Pregnancy and Ibuprofen
Not recommended in the first and second trimester of pregnancy unless absolutely necessary.
Contraindicated third trimester of pregnancy, due to premature closure of the ductus arteriosus, increased risk of maternal-fetal haemorrhage and possible decrease in uterine contractility.
Ibuprofen and its metabolites pass in low concentrations into breast milk.

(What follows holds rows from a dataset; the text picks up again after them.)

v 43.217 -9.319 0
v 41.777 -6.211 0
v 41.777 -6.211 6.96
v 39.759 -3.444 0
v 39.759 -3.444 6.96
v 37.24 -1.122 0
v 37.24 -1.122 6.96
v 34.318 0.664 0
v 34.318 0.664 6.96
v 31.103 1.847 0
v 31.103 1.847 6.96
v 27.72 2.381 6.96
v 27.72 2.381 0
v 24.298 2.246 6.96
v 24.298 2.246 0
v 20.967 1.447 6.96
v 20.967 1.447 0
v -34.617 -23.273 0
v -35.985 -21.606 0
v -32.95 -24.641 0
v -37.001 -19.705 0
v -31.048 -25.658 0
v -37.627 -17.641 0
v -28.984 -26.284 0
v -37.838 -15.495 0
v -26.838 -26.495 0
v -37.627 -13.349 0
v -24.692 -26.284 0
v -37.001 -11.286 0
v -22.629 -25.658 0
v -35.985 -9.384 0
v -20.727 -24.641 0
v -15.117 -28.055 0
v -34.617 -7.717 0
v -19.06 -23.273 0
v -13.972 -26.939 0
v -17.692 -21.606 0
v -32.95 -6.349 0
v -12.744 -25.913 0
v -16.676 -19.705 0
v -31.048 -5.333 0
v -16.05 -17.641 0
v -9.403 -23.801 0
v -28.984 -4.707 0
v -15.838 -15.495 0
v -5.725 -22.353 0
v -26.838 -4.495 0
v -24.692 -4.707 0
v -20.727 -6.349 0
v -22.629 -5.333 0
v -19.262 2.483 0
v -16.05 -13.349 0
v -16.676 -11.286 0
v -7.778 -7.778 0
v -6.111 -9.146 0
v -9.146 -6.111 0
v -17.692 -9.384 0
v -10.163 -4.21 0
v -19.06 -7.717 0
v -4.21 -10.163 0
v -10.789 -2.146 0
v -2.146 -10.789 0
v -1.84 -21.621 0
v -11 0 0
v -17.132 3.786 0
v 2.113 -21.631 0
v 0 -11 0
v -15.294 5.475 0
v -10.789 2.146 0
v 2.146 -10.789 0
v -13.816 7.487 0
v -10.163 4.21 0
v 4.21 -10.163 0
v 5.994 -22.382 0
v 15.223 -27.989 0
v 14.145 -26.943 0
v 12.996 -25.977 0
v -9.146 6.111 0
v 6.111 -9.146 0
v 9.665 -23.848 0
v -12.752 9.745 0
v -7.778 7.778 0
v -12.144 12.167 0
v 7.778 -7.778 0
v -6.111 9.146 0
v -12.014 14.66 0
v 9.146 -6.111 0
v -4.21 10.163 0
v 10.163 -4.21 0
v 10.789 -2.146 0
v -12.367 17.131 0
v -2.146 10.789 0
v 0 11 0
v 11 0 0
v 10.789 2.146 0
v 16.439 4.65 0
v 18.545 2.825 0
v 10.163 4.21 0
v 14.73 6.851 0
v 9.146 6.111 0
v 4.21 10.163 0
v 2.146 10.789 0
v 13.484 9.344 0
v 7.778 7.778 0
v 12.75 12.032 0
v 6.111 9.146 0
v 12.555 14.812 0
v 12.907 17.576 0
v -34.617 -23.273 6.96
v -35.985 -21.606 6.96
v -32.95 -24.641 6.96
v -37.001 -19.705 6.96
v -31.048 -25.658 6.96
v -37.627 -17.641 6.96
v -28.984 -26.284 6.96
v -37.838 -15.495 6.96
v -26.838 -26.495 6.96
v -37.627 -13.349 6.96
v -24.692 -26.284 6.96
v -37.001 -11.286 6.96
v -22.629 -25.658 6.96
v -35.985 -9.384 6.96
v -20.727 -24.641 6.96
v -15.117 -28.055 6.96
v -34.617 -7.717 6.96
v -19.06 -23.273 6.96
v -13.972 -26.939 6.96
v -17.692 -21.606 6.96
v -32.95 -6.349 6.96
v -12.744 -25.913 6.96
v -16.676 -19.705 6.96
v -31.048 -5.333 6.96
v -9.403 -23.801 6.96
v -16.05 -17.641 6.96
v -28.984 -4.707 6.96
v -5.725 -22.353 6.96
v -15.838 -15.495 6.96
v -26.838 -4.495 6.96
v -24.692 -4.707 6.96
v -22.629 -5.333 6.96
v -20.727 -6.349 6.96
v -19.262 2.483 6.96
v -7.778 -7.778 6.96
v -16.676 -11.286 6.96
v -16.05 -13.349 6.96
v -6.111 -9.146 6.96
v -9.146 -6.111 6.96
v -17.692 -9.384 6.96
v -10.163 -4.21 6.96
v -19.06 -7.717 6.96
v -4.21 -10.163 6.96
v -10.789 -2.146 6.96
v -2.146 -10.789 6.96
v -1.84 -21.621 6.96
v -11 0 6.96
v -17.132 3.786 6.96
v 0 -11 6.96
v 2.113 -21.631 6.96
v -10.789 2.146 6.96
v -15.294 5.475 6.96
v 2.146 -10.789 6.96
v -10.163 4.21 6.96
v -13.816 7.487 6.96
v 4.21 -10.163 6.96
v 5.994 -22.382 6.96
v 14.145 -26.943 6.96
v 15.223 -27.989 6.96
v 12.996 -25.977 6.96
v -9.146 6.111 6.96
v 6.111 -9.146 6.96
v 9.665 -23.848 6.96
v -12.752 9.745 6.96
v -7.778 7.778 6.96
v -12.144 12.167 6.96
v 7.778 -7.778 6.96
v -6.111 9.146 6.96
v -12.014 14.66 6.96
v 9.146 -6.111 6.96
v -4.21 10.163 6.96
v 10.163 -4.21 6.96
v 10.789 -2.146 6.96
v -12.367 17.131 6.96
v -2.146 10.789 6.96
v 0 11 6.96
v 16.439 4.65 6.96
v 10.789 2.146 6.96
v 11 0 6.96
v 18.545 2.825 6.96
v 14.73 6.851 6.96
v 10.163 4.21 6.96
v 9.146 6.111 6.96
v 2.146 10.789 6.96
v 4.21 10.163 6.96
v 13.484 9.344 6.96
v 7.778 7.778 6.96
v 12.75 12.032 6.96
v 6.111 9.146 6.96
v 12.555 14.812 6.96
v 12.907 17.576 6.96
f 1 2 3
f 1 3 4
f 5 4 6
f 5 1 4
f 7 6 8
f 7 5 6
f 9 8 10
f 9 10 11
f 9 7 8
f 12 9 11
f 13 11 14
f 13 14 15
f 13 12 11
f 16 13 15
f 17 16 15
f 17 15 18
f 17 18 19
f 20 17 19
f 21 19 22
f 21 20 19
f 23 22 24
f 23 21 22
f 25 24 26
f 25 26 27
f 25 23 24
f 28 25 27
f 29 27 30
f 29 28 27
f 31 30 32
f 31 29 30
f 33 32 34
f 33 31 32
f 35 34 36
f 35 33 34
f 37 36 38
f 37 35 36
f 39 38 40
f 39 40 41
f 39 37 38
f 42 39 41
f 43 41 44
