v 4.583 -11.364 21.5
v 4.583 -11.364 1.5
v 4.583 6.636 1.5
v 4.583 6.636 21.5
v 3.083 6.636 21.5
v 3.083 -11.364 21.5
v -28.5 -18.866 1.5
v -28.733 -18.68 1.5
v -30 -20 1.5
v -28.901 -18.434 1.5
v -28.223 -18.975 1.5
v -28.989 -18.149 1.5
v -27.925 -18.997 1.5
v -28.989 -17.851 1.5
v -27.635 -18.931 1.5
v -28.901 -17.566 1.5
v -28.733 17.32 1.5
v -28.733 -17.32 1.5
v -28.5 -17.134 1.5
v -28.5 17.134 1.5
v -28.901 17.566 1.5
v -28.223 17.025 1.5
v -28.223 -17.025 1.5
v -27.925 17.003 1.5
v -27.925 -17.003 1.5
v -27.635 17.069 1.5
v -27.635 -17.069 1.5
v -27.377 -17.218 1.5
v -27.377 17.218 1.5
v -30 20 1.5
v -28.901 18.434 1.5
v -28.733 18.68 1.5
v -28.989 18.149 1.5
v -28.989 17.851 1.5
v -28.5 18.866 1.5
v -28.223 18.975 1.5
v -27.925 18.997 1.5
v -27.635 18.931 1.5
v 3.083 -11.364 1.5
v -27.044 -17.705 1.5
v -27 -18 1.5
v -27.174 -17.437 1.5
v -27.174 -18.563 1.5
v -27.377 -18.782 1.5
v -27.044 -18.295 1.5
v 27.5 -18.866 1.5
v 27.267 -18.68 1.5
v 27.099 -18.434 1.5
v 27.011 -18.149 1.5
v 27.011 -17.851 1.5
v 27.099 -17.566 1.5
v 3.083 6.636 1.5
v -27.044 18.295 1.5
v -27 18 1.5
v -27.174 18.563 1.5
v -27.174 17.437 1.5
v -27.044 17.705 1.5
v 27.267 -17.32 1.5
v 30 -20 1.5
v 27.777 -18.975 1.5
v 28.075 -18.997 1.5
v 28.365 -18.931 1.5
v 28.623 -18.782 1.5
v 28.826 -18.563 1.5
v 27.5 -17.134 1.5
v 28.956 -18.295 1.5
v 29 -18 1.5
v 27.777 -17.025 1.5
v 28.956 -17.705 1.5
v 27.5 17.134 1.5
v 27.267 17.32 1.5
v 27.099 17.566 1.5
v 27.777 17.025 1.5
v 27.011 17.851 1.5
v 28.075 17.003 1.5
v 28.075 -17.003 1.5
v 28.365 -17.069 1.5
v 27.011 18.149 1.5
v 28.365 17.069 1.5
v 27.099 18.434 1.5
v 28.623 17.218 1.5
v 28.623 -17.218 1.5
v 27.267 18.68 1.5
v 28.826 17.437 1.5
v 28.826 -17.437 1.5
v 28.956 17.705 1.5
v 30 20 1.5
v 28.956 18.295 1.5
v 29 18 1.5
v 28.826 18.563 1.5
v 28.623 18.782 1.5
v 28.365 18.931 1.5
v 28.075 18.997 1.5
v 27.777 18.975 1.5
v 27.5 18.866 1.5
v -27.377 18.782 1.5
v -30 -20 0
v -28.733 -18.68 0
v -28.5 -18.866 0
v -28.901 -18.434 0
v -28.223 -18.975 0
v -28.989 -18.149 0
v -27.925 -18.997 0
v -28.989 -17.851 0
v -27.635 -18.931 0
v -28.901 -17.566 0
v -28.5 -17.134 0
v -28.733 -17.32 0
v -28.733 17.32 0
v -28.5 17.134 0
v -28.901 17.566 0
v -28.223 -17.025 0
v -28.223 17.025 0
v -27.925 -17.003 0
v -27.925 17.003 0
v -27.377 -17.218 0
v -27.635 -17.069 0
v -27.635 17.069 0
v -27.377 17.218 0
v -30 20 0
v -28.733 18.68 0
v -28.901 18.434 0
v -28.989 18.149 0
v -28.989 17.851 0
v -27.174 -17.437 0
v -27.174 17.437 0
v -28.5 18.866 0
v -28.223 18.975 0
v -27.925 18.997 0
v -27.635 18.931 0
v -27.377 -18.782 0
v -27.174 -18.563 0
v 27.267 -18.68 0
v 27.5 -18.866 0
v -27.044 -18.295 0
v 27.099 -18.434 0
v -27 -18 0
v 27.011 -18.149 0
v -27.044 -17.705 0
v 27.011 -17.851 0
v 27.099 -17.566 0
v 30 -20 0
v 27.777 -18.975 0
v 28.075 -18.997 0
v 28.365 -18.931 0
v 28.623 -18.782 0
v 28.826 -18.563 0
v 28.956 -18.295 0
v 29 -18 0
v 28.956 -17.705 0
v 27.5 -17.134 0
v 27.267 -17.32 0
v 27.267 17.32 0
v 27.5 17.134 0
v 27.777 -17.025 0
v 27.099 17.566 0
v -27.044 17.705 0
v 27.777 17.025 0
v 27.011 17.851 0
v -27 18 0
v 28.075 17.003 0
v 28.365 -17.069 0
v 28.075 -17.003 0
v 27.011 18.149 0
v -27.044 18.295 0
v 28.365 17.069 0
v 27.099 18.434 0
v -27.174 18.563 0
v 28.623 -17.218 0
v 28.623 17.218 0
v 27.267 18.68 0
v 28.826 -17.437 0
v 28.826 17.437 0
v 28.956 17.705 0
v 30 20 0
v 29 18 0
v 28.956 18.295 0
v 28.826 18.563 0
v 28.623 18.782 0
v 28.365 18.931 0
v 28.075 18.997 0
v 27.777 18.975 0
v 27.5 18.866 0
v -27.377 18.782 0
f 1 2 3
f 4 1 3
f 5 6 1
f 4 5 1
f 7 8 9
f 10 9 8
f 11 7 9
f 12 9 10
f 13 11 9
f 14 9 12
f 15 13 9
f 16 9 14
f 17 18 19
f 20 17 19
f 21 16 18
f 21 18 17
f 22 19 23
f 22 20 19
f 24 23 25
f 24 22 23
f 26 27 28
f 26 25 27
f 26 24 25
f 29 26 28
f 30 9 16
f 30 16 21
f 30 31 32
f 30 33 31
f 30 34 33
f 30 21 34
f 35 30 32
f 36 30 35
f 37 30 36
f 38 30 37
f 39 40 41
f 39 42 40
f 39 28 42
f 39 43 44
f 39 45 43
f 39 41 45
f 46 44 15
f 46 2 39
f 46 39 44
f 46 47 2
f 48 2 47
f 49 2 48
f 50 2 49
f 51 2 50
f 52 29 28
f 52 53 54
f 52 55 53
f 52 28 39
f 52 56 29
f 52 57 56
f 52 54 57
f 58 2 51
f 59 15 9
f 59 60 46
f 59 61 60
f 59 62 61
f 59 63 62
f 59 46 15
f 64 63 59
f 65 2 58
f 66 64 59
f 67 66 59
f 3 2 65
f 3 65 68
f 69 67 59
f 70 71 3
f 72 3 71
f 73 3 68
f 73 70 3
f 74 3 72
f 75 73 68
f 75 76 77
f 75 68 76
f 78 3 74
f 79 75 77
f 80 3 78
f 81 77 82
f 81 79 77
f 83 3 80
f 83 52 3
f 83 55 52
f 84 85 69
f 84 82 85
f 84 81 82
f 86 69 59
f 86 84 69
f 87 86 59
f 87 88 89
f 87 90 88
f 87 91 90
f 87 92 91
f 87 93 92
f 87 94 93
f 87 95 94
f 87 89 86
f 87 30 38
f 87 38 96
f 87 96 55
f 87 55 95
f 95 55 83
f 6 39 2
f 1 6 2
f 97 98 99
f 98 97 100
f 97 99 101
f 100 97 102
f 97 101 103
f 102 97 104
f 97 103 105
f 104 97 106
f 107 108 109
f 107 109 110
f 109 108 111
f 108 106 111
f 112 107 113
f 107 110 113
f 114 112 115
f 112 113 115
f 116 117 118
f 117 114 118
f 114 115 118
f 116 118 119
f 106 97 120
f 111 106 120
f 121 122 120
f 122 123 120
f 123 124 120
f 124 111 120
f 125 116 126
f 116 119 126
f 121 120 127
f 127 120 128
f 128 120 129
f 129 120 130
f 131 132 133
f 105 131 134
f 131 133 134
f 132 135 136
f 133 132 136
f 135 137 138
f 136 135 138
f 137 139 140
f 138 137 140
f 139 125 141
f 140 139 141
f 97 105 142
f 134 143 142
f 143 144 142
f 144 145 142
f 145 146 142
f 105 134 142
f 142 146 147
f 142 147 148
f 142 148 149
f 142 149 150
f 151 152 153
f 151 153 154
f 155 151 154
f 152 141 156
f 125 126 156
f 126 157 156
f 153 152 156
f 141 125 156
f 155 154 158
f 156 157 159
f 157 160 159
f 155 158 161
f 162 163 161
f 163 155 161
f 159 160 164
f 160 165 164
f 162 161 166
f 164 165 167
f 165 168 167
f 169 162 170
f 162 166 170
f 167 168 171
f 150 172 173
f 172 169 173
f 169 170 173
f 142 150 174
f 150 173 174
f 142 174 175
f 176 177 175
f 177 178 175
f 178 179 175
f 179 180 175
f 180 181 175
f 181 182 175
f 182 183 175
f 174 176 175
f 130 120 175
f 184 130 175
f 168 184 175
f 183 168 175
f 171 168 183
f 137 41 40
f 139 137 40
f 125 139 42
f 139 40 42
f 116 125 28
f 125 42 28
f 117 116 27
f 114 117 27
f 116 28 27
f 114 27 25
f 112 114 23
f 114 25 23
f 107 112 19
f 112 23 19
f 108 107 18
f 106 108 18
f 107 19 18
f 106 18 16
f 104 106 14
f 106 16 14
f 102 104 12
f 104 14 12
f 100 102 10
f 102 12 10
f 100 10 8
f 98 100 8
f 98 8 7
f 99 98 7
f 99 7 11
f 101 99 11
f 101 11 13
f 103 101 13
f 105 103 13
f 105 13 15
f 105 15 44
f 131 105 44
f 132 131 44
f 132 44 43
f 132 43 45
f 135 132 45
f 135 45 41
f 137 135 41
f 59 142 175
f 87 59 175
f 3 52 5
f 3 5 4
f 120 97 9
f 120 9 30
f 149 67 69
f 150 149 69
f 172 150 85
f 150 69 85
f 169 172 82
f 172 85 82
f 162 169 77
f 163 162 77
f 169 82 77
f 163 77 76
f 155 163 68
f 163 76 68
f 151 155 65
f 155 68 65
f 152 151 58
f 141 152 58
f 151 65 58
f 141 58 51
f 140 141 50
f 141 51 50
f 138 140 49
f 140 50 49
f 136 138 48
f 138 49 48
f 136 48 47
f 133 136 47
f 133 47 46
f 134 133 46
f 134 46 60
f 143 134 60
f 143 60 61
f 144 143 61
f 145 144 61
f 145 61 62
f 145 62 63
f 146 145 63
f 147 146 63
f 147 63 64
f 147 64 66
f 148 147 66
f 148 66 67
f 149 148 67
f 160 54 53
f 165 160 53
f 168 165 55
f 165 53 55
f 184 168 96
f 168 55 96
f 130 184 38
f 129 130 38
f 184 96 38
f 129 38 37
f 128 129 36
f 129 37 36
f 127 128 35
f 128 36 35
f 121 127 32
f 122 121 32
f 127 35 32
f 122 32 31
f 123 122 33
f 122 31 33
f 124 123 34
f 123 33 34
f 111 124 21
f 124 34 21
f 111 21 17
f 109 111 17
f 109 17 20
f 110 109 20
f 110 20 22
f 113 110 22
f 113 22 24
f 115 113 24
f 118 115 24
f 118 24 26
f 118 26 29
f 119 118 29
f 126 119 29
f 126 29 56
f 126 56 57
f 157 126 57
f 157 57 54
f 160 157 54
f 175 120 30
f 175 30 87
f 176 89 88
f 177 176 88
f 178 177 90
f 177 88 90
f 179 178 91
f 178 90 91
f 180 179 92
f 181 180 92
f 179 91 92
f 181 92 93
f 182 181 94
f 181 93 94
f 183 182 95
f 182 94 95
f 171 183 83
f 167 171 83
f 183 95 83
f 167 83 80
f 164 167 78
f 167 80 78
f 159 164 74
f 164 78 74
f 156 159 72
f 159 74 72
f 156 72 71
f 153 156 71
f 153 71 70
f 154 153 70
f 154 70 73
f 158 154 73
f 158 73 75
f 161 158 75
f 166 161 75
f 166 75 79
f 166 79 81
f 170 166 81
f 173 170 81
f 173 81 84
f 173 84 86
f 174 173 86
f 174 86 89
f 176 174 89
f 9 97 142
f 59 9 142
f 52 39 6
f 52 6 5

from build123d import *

# Parameters (mm, degrees)
ESBO_O1_W                = 60
ESBO_O1_H                = 40
RESSALTO_EXTRUS_O1_DEPTH = 1.5
ESBO_O2_R                = 1
CORTE_EXTRUS_O1_DEPTH    = 2.5
ESBO_O3_W                = 1.5
ESBO_O3_H                = 18
RESSALTO_EXTRUS_O2_DEPTH = 20


with BuildPart() as part:
    # Esboço1 → Ressalto-extrusão1 (new body)
    with BuildSketch(Plane.XY):
        Rectangle(ESBO_O1_W, ESBO_O1_H)
    extrude(amount=RESSALTO_EXTRUS_O1_DEPTH)

    # Esboço2 → Corte-extrusão1 (cut, through all)
    with BuildSketch(Plane.XY.offset(1.5)):
        with Locations((-28, 18)):
            Circle(ESBO_O2_R)
        with Locations((28, 18)):
            Circle(ESBO_O2_R)
        with Locations((28, -18)):
            Circle(ESBO_O2_R)
        with Locations((-28, -18)):
            Circle(ESBO_O2_R)
    extrude(amount=-CORTE_EXTRUS_O1_DEPTH, mode=Mode.SUBTRACT)

    # Esboço3 → Ressalto-extrusão2 (add)
    with BuildSketch(Plane.XY.offset(1.5)):
        with Locations((3.833169049, -2.364388559)):
            Rectangle(ESBO_O3_W, ESBO_O3_H)
    extrude(amount=RESSALTO_EXTRUS_O2_DEPTH)


solid = part.part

To date there are no known harmful effects in children, so it is generally not necessary to stop breastfeeding for a short course of treatment with the recommended dose for pain and fever.
Effects on driving ability
Patients who experience dizziness, lightheadedness, visual disturbances, or other disorders of the central nervous system while taking ibuprofen should refrain from driving or operating machinery.
If a single dose of ibuprofen is administered or for a short period of time, no precautions are necessary.
Adverse reactions and side effects of Ibuprofen
Peptic ulcer, perforation and gastrointestinal bleeding, nausea, vomiting, diarrhea, flatulence, constipation, dyspepsia, abdominal pain, mane, hematemesis, ulcerative stomatitis, exacerbation of ulcerative colitis and Crohn’s disease.
Fatigue or drowsiness, headache, dizziness; vertigo; rash; pain and burning sensation at the injection site.
⭐⭐⭐⭐⭐ VIDEO OF IBUPROFEN/ADVIL (DRUG)
Source: The content of this active ingredient has been written taking into account the clinical and molecular information of all medicines authorised and marketed in the United States under the Unique Ingredient Identifier (UNII) by the Substance Registration System (SRS) of the Food and Drug Administration (FDA) and the United States Pharmacopeia (USP).
In order to know in detail the information authorized by the FDA for each drug, you should consult the corresponding medication guide authorized by the FDA.